We pride ourselves on our ability to apply the right set of legal resources to the problem, and to get the job done quickly, correctly and at a reasonable cost.
The Relationship between Characterization of Property, Marital Agreements, and Estate Planning
Characterization of Property
The separate property of a married person generally consists of (i) all property owned by the person before marriage, (ii) all property acquired by the person during marriage by gift, bequest, devise, or descent, and (iii) the rents, issue, and profits of the person’s separate property. For example:
- If one spouse owns shares of stock in a publicly traded company before marriage, the stock and associated dividends are that spouse’s separate property.
- If one spouse inherits shares of stock in a publicly traded company during marriage, the stock and associated dividends are that spouse’s separate property.

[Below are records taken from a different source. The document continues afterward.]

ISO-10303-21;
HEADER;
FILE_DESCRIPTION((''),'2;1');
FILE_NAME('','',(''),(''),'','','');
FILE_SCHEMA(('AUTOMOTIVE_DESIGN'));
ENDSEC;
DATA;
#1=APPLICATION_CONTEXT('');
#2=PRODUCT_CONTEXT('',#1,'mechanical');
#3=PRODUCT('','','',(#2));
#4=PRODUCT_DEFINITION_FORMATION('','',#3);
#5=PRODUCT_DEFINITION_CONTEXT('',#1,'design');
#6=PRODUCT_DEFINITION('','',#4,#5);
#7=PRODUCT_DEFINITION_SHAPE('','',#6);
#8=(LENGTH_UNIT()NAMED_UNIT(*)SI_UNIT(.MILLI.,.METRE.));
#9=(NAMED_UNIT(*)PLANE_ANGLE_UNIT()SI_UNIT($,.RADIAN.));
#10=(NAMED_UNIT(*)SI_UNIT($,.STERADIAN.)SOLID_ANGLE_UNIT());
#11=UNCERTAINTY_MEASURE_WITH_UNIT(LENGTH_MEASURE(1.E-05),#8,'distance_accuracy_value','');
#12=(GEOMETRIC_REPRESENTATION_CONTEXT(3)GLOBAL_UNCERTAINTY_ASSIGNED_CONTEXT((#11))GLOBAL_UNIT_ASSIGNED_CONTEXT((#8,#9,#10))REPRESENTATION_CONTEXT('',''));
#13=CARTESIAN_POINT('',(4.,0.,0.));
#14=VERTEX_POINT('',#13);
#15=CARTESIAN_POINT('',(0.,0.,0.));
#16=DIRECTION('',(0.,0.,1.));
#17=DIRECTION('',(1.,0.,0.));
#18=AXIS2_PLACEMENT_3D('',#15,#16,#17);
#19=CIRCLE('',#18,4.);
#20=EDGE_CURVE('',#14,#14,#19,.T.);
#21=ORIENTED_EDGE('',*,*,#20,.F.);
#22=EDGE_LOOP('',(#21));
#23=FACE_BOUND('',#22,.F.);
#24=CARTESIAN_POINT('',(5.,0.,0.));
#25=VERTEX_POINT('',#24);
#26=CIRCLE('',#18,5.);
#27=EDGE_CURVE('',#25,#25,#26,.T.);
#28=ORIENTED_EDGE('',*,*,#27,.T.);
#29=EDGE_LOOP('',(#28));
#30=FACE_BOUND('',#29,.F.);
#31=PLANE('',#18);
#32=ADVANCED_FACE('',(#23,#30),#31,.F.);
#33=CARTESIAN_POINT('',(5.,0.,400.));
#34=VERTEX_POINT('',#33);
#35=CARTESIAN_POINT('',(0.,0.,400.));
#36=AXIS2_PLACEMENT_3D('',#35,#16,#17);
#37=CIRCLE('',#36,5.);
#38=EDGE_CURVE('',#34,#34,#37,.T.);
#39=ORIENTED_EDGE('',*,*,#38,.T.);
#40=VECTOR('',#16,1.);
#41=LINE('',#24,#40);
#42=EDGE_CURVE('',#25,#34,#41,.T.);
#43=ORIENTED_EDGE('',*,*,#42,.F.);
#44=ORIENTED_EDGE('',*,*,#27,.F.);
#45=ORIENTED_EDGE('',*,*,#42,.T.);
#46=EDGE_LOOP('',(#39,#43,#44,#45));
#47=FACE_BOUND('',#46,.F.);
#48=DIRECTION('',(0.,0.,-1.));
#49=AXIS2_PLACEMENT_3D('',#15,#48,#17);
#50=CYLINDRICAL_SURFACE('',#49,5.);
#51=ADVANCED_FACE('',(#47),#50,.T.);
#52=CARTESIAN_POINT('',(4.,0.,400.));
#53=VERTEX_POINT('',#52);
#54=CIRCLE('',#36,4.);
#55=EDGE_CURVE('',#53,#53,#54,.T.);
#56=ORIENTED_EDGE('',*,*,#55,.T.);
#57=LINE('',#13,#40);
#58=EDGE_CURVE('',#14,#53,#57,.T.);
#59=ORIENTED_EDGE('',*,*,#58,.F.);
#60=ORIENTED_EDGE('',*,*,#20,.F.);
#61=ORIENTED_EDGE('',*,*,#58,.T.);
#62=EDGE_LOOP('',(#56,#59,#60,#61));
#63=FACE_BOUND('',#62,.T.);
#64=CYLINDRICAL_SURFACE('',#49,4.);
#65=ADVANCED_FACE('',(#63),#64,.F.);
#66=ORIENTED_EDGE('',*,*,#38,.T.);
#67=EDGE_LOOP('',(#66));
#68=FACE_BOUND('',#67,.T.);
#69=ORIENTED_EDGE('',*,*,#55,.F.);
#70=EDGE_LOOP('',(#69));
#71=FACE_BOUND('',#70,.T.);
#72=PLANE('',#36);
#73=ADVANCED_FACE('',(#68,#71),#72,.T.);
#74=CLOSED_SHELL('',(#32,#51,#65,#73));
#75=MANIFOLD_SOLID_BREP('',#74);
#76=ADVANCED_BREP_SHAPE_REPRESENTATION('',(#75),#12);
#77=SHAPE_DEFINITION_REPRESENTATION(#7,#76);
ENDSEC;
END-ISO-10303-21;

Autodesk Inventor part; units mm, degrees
ref_plane "YZ Plane" through (0, 0, 0) normal (1, 0, 0) x (0, 1, 0)
ref_plane "XZ Plane" through (0, 0, 0) normal (0, 1, 0) x (-1, 0, 0)
ref_plane "XY Plane" through (0, 0, 0) normal (0, 0, 1) x (1, 0, 0)
sketch "Sketch1" plane through (0, 0, 0) normal (0, 0, 1) x (1, 0, 0)
  circle A0 centre (0, 0) radius 5
  circle A1 centre (0, 0) radius 4
  dimension "d0" = 10
  dimension "d1" = 8
extrude "Extrusion1" add sketch "Sketch1" along normal blind 400
properties part number "Tube_12x1x400_CFRP" material "CFRP"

The community property of married persons generally consists of (i) all property acquired by either or both spouses during marriage except (ii) that property which is the separate property of either or both spouses. For example:
- If one or both spouses earn income from third party employment during marriage, such income is the parties’ community property.
- If community property income is deposited into a jointly titled savings account, the deposited funds and associated interest are the parties’ community property.
Mixed character property
One spouse’s separate property can develop a community property component as a consequence of events that occur during marriage. For example: If one spouse acquires a business before marriage, the business is that spouse’s separate property at the date of marriage. However, if the business increases in value during marriage as a result of the personal services, time, skill, and effort of either or both spouses, the portion of the increase attributable to those contributions may be community property in character.
If one spouse acquires a home before marriage, the home is that spouse’s separate property at the date of marriage. However, if community property funds are used to pay down the mortgage or to make improvements, the resulting increase in equity may be community property in character. It is also possible for community property to develop a separate property component, or to become subject to a separate property right of reimbursement, as a consequence of events that occur during marriage. For example:
- If married persons open a jointly titled savings account and deposit into it only community property funds, the funds on account are the parties’ community property. However, if one of the parties subsequently inherits funds that are deposited into the account, the funds then in the account may be partly community property and partly separate property in character.
- If married persons purchase a home in a form of joint title such as joint tenancy, the home is the parties’ community property. However, if one of the parties contributes separate property to the downpayment on the home or to improve the home, that party may have a right to be reimbursed for such contributions.
Transmutation of Property
A transmutation of property means a change in the character of the property.
Married persons may by agreement or transfer do any of the following: (i) transmute the parties’ community property to the separate property of either spouse, (ii) transmute the separate property of either spouse to the parties’ community property, and (iii) transmute the separate property of one spouse to the separate property of the other spouse.
Transmutations must generally be in writing. The writing requirement does not apply, however, to most gifts between spouses of clothing, wearing apparel, jewelry, or other tangible articles of a personal nature.
Property Held or Transferred in Trust
Generally, separate property that is held in or transferred to a revocable trust remains separate property.
Similarly, community property that is held in or transferred to a revocable trust generally remains community property.
Relationship between Marital Agreements and Estate Planning Documents
Marital agreements are contracts entered into between married persons primarily for the purpose of defining, clarifying, and/or changing the character of the parties’ property. In contrast, most estate planning documents are designed primarily to streamline the disposition of property in the event of death and to minimize death related expenses such as taxes and professional fees.
Marital agreements can help ensure that the objectives of a married person’s estate planning documents are actually realized. This can happen in two ways:
- First, a married person can at death only direct the disposition of his or her separate property and his or her half interest in the parties’ community property. A marital agreement that clearly defines separate and community property can aid in the determination of whether a spouse has attempted to make a disposition that is beyond his or her legal ability.
- Second, an estate plan that directs the disposition of property based on its character can be more easily and predictably implemented if the character of the underlying property is clear. For example, it would be important to know if a specific piece of real estate or brokerage account is community property or separate property in carrying out the terms of an estate plan that provides for all community property to pass to the surviving spouse and all separate property to pass to the parties’ children.
Recommended Next Steps
For the reasons outlined above, it is advisable that married persons consult independent counsel regarding the pros and cons of entering into a marital agreement, or updating an existing marital agreement, as part of their legal and financial planning generally and of their estate planning in particular.